Media Reports: Expanded Security Travel Ban Includes Nigeria, Diversity Lottery

International travelers leave the Customs and Immigration area of Dulles International Air
PAUL J. RICHARDS/AFP via Getty

President Donald Trump is preparing to widen his travel ban to include a broader range of countries — and to expand the penalties for countries that do not update their airline security measures.

The current ban curbs the award of visas to the many citizens of countries that do not implement updated security measures. The improved measures are intended to help U.S. officials identify a few potentially dangerous individuals who try to fly into the United States.

“The list of countries is not yet final and could be changed,” according to Politico. “But nations under consideration for new restrictions include Belarus, Myanmar (also known as Burma), Eritrea, Kyrgyzstan, Nigeria, Sudan and Tanzania, according to two people familiar with the matter.”

According to a report in the Wall Street Journal:

The countries wouldn’t necessarily face blanket bans on travel to the U.S., but could have restrictions placed on specific types of visas, such as business or visitor visas, administration officials said.

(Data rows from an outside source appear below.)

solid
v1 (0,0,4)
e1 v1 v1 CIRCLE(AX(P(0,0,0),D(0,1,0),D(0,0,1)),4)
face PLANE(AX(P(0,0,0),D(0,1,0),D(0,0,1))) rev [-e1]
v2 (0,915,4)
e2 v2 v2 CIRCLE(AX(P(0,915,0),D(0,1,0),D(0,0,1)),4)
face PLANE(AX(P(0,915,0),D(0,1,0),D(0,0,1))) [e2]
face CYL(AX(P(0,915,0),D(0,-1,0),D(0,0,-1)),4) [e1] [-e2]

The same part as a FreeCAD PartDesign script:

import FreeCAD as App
import Part
import Sketcher
Q = App.Units.Quantity

doc = App.newDocument("Part")
body = doc.addObject("PartDesign::Body", "Body")

# Sketch on XZ plane
sketch1 = body.newObject("Sketcher::SketchObject", "Sketch")
sketch1.AttachmentSupport = (doc.getObject("XZ_Plane"), [""])
sketch1.MapMode = "FlatFace"
sketch1.addGeometry(Part.Circle(App.Vector(0, 0, 0), App.Vector(0, 0, 1), 4), False)
sketch1.addConstraint([
    Sketcher.Constraint("Coincident", 0, 3, -1, 1),
    Sketcher.Constraint("Diameter", 0, Q("8 mm")),
])
pad1 = body.newObject("PartDesign::Pad", "Pad")
pad1.Profile = sketch1
pad1.Length = 915
pad1.Reversed = True

doc.recompute()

Some countries could be banned from participating in the diversity visa lottery program, which awards [each year 50,000] green cards to people in countries with low levels of immigration to the U.S. President Trump has called for an end to that program, saying it lets undesirable people into the U.S., and he has proposed reorienting the existing visa system toward skilled workers instead.

Trump’s deputies will likely argue the countries do not track likely terrorists and may do little to prevent illegal migration and visa overstays. For example, the Department of Homeland Security’s 2018  “Entry/Exit Overstay Report” revealed some 30,000 Nigerians — 15 percent of the 196,000 Nigerian visitors in 2018 — stayed past their visa’s expiration.

The new regulations will likely be released on Monday.

The countries covered by the first round of curbs are mostly chaotic Muslim countries — Somalia, Syria, Yemen, Iran, Libya — plus North Korea.

The reform was approved by the Supreme Court in June 2018 amid furious resistance from pro-migration groups and establishment outlets, many of whom portrayed the policy as a “Muslim ban.”

The new list includes three mostly-Muslim countries — Sudan, Kyrgyzstan, and Eritrea. Nigeria has a huge population of roughly 100 million Muslims, while Myanmar has a small Muslim population, but both countries are trying to suppress Muslim armed groups.

Belarus is an isolated country between Poland and Russia, and it was part of the USSR.